> **What you should do**
Starting at the line that holds "chamfer1_edges = [body_2.edges().sort_by_distance(p)[0]" and stopping at the line that holds "FreeCAD Python script", restate the records below word for word, with both of those lines included.
Start of Data to use
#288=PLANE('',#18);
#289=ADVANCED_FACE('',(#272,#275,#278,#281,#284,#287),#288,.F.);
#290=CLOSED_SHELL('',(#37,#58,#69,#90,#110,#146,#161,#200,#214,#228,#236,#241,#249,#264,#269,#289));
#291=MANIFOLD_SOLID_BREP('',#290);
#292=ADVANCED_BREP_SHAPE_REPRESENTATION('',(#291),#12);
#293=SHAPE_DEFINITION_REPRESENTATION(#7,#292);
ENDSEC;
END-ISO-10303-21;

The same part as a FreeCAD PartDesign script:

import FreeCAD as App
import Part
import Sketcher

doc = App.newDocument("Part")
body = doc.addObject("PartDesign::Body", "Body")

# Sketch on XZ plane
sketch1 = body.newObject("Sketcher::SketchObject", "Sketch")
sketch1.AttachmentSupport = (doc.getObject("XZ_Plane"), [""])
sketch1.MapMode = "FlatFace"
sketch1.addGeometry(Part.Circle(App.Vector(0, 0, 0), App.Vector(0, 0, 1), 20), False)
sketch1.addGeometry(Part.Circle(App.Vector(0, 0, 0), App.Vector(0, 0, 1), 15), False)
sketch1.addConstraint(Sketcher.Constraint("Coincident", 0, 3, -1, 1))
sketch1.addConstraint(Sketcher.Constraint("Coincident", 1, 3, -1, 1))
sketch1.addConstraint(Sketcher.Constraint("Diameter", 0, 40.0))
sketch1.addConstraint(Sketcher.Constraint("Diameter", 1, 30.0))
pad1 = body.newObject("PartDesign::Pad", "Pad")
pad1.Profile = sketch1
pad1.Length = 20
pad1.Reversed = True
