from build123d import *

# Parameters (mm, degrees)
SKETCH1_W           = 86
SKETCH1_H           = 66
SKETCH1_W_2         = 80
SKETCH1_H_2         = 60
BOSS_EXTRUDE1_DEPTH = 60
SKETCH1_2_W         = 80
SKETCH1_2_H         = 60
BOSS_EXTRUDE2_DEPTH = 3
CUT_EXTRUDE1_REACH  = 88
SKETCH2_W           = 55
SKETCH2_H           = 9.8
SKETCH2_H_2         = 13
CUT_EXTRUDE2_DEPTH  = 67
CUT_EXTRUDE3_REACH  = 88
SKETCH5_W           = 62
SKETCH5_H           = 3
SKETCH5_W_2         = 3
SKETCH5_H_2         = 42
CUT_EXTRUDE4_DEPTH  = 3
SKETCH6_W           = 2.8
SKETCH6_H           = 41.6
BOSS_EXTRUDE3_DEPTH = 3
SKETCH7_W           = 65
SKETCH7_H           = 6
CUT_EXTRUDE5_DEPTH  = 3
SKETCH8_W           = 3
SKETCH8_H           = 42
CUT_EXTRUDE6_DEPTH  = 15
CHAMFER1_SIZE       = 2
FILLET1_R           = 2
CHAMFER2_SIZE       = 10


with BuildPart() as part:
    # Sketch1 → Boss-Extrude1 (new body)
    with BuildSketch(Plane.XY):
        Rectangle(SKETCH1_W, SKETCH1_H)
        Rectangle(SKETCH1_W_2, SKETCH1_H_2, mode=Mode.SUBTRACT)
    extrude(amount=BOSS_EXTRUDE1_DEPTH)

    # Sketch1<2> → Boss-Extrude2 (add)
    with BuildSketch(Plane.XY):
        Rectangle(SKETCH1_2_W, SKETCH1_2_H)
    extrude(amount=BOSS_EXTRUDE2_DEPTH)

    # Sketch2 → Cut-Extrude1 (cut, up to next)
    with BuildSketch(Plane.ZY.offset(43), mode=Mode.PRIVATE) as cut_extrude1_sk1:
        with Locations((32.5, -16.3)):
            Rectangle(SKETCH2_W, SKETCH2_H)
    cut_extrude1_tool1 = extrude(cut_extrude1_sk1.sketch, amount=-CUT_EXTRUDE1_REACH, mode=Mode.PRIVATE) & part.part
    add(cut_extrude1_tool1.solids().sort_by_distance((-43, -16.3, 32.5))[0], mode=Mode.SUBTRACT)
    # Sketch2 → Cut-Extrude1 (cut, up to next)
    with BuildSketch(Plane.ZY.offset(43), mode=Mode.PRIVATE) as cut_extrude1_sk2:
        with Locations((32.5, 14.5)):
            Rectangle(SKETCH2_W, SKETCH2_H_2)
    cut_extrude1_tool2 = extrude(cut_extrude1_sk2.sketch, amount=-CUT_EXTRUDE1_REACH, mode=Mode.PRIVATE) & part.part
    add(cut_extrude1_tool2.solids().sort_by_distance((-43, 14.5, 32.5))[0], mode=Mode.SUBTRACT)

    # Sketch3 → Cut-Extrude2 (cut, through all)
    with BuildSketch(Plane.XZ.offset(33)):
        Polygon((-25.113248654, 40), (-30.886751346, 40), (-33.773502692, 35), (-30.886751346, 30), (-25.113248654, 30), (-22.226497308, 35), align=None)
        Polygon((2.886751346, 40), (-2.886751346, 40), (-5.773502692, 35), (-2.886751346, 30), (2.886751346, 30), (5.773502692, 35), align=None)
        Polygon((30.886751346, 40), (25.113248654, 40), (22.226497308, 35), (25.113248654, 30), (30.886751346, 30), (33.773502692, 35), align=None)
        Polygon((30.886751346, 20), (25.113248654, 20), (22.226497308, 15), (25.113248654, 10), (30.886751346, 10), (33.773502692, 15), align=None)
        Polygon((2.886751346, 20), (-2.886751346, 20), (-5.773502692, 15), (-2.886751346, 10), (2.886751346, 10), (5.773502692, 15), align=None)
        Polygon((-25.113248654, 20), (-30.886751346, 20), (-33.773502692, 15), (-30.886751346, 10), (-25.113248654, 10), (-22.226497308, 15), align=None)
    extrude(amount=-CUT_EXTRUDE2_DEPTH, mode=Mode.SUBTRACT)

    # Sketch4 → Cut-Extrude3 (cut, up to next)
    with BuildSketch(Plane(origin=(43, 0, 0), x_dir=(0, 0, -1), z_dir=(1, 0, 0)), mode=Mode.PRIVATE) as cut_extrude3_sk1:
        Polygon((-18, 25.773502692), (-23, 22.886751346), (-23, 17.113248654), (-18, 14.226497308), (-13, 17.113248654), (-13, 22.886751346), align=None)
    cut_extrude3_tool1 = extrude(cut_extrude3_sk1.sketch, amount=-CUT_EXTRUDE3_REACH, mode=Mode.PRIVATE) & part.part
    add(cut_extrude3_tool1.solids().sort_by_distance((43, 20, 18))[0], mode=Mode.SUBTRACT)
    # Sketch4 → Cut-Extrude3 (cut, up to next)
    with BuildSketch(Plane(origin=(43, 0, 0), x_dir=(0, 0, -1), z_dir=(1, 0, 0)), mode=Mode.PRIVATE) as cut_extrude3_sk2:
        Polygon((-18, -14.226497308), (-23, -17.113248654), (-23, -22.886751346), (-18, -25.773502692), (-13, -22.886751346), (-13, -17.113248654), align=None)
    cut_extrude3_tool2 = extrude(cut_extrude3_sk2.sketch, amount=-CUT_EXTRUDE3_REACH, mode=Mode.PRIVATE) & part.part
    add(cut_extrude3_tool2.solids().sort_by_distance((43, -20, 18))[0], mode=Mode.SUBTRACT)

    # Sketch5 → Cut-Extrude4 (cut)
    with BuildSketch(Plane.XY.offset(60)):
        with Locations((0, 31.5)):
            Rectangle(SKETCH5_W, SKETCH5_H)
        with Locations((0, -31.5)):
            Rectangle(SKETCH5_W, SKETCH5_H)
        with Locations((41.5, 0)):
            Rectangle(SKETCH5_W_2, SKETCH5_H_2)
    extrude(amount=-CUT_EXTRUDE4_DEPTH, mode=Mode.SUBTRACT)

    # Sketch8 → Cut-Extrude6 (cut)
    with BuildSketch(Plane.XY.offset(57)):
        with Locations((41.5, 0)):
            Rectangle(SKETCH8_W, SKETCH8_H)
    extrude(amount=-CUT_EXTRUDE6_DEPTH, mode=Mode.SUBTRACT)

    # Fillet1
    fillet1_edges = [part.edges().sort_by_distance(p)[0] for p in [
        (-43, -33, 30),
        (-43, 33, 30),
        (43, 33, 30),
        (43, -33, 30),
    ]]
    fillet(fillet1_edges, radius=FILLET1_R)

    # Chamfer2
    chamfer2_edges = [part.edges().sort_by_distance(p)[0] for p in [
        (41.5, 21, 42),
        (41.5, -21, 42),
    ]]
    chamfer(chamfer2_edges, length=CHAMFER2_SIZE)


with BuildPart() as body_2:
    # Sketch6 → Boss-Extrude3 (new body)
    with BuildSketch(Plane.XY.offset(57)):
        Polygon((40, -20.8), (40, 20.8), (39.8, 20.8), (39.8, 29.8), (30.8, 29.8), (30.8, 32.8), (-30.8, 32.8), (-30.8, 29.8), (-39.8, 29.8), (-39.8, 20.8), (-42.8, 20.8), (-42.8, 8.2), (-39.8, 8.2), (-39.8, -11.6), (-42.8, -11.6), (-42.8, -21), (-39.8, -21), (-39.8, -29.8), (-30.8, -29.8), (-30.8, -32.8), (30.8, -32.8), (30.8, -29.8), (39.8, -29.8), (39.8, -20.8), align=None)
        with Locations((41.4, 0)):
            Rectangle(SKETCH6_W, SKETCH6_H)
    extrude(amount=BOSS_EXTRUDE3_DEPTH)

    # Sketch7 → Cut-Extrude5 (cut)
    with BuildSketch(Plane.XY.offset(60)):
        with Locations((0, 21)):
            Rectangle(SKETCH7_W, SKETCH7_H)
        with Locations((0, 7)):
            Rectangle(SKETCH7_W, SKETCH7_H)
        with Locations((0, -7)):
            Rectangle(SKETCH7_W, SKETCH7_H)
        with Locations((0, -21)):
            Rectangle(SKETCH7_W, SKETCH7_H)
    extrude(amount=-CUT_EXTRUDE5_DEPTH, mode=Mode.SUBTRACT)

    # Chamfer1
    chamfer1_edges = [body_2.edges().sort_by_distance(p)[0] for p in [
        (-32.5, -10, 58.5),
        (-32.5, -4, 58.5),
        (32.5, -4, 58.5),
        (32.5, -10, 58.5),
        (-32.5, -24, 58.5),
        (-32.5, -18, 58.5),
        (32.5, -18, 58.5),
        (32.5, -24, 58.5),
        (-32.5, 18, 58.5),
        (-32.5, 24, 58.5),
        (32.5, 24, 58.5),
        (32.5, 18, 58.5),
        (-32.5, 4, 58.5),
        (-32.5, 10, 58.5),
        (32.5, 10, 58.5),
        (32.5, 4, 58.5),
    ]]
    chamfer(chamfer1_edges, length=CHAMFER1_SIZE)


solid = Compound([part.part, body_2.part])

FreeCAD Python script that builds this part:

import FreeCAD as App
import Part
import Sketcher
Q = App.Units.Quantity


def edges_at(feature, points):
    """Names of the edges that pass closest to the given points."""
    edges = feature.Shape.Edges
    near = lambda p: min(range(len(edges)), key=lambda i: edges[i].distToShape(Part.Vertex(*p))[0])
    return sorted({f"Edge{near(p) + 1}" for p in points})

doc = App.newDocument("Part")
body = doc.addObject("PartDesign::Body", "Body")

# Sketch on XY plane
sketch1 = doc.addObject("Sketcher::SketchObject", "Sketch")
body.addObject(sketch1)
sketch1.AttachmentSupport = (doc.XY_Plane, [""])
sketch1.MapMode = "FlatFace"
sketch1.addGeometry([
    Part.LineSegment(App.Vector(-43, 33, 0), App.Vector(-43, -33, 0)),  # 0
    Part.LineSegment(App.Vector(-43, -33, 0), App.Vector(43, -33, 0)),  # 1
    Part.LineSegment(App.Vector(43, -33, 0), App.Vector(43, 33, 0)),  # 2
    Part.LineSegment(App.Vector(43, 33, 0), App.Vector(-43, 33, 0)),  # 3
    Part.LineSegment(App.Vector(40, -30, 0), App.Vector(-40, -30, 0)),  # 4
    Part.LineSegment(App.Vector(-40, -30, 0), App.Vector(-40, 30, 0)),  # 5
    Part.LineSegment(App.Vector(-40, 30, 0), App.Vector(40, 30, 0)),  # 6
    Part.LineSegment(App.Vector(40, 30, 0), App.Vector(40, -30, 0)),  # 7
], False)
sketch1.addConstraint([
    Sketcher.Constraint("Coincident", 0, 2, 1, 1),
    Sketcher.Constraint("Coincident", 1, 2, 2, 1),
    Sketcher.Constraint("Coincident", 2, 2, 3, 1),
    Sketcher.Constraint("Coincident", 3, 2, 0, 1),
    Sketcher.Constraint("Coincident", 4, 2, 5, 1),
    Sketcher.Constraint("Coincident", 5, 2, 6, 1),
    Sketcher.Constraint("Coincident", 6, 2, 7, 1),
    Sketcher.Constraint("Coincident", 7, 2, 4, 1),
    Sketcher.Constraint("Vertical", 0),
    Sketcher.Constraint("Horizontal", 1),
    Sketcher.Constraint("Vertical", 2),
    Sketcher.Constraint("Horizontal", 3),
    Sketcher.Constraint("Horizontal", 4),
    Sketcher.Constraint("Vertical", 5),
    Sketcher.Constraint("Horizontal", 6),
    Sketcher.Constraint("Vertical", 7),
    Sketcher.Constraint("Symmetric", 0, 2, 2, 2, -1, 1),
    Sketcher.Constraint("Symmetric", 4, 2, 6, 2, -1, 1),
    Sketcher.Constraint("DistanceX", 1, 1, 1, 2, 86.0),
    Sketcher.Constraint("DistanceX", 4, 2, 4, 1, 80.0),
    Sketcher.Constraint("DistanceY", 0, 2, 0, 1, 66.0),
    Sketcher.Constraint("DistanceY", 5, 1, 5, 2, 60.0),
])
pad1 = doc.addObject("PartDesign::Pad", "Pad")
body.addObject(pad1)
pad1.Profile = sketch1
pad1.Length = 60

# Sketch on XY plane
sketch2 = doc.addObject("Sketcher::SketchObject", "Sketch001")
body.addObject(sketch2)
sketch2.AttachmentSupport = (doc.XY_Plane, [""])
sketch2.MapMode = "FlatFace"
sketch2.addGeometry([
    Part.LineSegment(App.Vector(-40, 30, 0), App.Vector(-40, -30, 0)),
    Part.LineSegment(App.Vector(-40, -30, 0), App.Vector(40, -30, 0)),
    Part.LineSegment(App.Vector(40, -30, 0), App.Vector(40, 30, 0)),
    Part.LineSegment(App.Vector(40, 30, 0), App.Vector(-40, 30, 0)),
], False)
sketch2.addConstraint([
    Sketcher.Constraint("Coincident", 0, 2, 1, 1),
    Sketcher.Constraint("Coincident", 1, 2, 2, 1),
    Sketcher.Constraint("Coincident", 2, 2, 3, 1),
    Sketcher.Constraint("Coincident", 3, 2, 0, 1),
    Sketcher.Constraint("Vertical", 0),
    Sketcher.Constraint("Horizontal", 1),
    Sketcher.Constraint("Vertical", 2),
    Sketcher.Constraint("Horizontal", 3),
    Sketcher.Constraint("Symmetric", 0, 2, 2, 2, -1, 1),
    Sketcher.Constraint("DistanceX", 1, 1, 1, 2, 80.0),
    Sketcher.Constraint("DistanceY", 0, 2, 0, 1, 60.0),
])
pad2 = doc.addObject("PartDesign::Pad", "Pad001")
body.addObject(pad2)
pad2.Profile = sketch2
pad2.Length = 3

# Sketch on YZ plane
sketch3 = doc.addObject("Sketcher::SketchObject", "Sketch002")
body.addObject(sketch3)
sketch3.AttachmentSupport = (doc.YZ_Plane, [""])
sketch3.MapMode = "FlatFace"
sketch3.AttachmentOffset = App.Placement(App.Vector(0, 0, -43), App.Rotation())
sketch3.addGeometry([
    Part.LineSegment(App.Vector(-11, 5, 0), App.Vector(-21, 5, 0)),
    Part.LineSegment(App.Vector(-21, 5, 0), App.Vector(-21, 60, 0)),
    Part.LineSegment(App.Vector(-21, 60, 0), App.Vector(-11, 60, 0)),
    Part.LineSegment(App.Vector(-11, 60, 0), App.Vector(-11, 5, 0)),
], False)
sketch3.addConstraint([
    Sketcher.Constraint("Coincident", 0, 2, 1, 1),
    Sketcher.Constraint("Coincident", 1, 2, 2, 1),
    Sketcher.Constraint("Coincident", 2, 2, 3, 1),
    Sketcher.Constraint("Coincident", 3, 2, 0, 1),
    Sketcher.Constraint("Horizontal", 0),
    Sketcher.Constraint("Vertical", 1),
    Sketcher.Constraint("Horizontal", 2),
    Sketcher.Constraint("Vertical", 3),
    Sketcher.Constraint("DistanceY", 1, 1, 1, 2, 55.0),
    Sketcher.Constraint("DistanceX", 0, 2, 0, 1, 9.8),
    Sketcher.Constraint("DistanceY", -1, 1, 0, 2, 5.0),
    Sketcher.Constraint("DistanceX", 0, 2, -1, 1, 21.2),
])
pocket1 = doc.addObject("PartDesign::Pocket", "Pocket")
body.addObject(pocket1)
pocket1.Profile = sketch3
pocket1.Type = "UpToFirst"
pocket1.Reversed = True

# Sketch on YZ plane
sketch4 = doc.addObject("Sketcher::SketchObject", "Sketch003")
body.addObject(sketch4)
sketch4.AttachmentSupport = (doc.YZ_Plane, [""])
sketch4.MapMode = "FlatFace"
sketch4.AttachmentOffset = App.Placement(App.Vector(0, 0, -43), App.Rotation())
sketch4.addGeometry([
    Part.LineSegment(App.Vector(21, 5, 0), App.Vector(8, 5, 0)),
    Part.LineSegment(App.Vector(8, 5, 0), App.Vector(8, 60, 0)),
    Part.LineSegment(App.Vector(8, 60, 0), App.Vector(21, 60, 0)),
    Part.LineSegment(App.Vector(21, 60, 0), App.Vector(21, 5, 0)),
], False)
sketch4.addConstraint([
    Sketcher.Constraint("Coincident", 0, 2, 1, 1),
    Sketcher.Constraint("Coincident", 1, 2, 2, 1),
    Sketcher.Constraint("Coincident", 2, 2, 3, 1),
    Sketcher.Constraint("Coincident", 3, 2, 0, 1),
    Sketcher.Constraint("Horizontal", 0),
    Sketcher.Constraint("Vertical", 1),
    Sketcher.Constraint("Horizontal", 2),
    Sketcher.Constraint("Vertical", 3),
    Sketcher.Constraint("DistanceX", 0, 2, 0, 1, 13.0),
    Sketcher.Constraint("DistanceY", 1, 1, 1, 2, 55.0),
    Sketcher.Constraint("DistanceX", -1, 1, 0, 2, 8.0),
    Sketcher.Constraint("DistanceY", -1, 1, 0, 2, 5.0),
])
pocket2 = doc.addObject("PartDesign::Pocket", "Pocket001")
body.addObject(pocket2)
pocket2.Profile = sketch4
pocket2.Type = "UpToFirst"
pocket2.Reversed = True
End of Data to use
> **Your solution**
    chamfer1_edges = [body_2.edges().sort_by_distance(p)[0] for p in [
        (-32.5, -10, 58.5),
        (-32.5, -4, 58.5),
        (32.5, -4, 58.5),
        (32.5, -10, 58.5),
        (-32.5, -24, 58.5),
        (-32.5, -18, 58.5),
        (32.5, -18, 58.5),
        (32.5, -24, 58.5),
        (-32.5, 18, 58.5),
        (-32.5, 24, 58.5),
        (32.5, 24, 58.5),
        (32.5, 18, 58.5),
        (-32.5, 4, 58.5),
        (-32.5, 10, 58.5),
        (32.5, 10, 58.5),
        (32.5, 4, 58.5),
    ]]
    chamfer(chamfer1_edges, length=CHAMFER1_SIZE)


solid = Compound([part.part, body_2.part])

FreeCAD Python script that builds this part:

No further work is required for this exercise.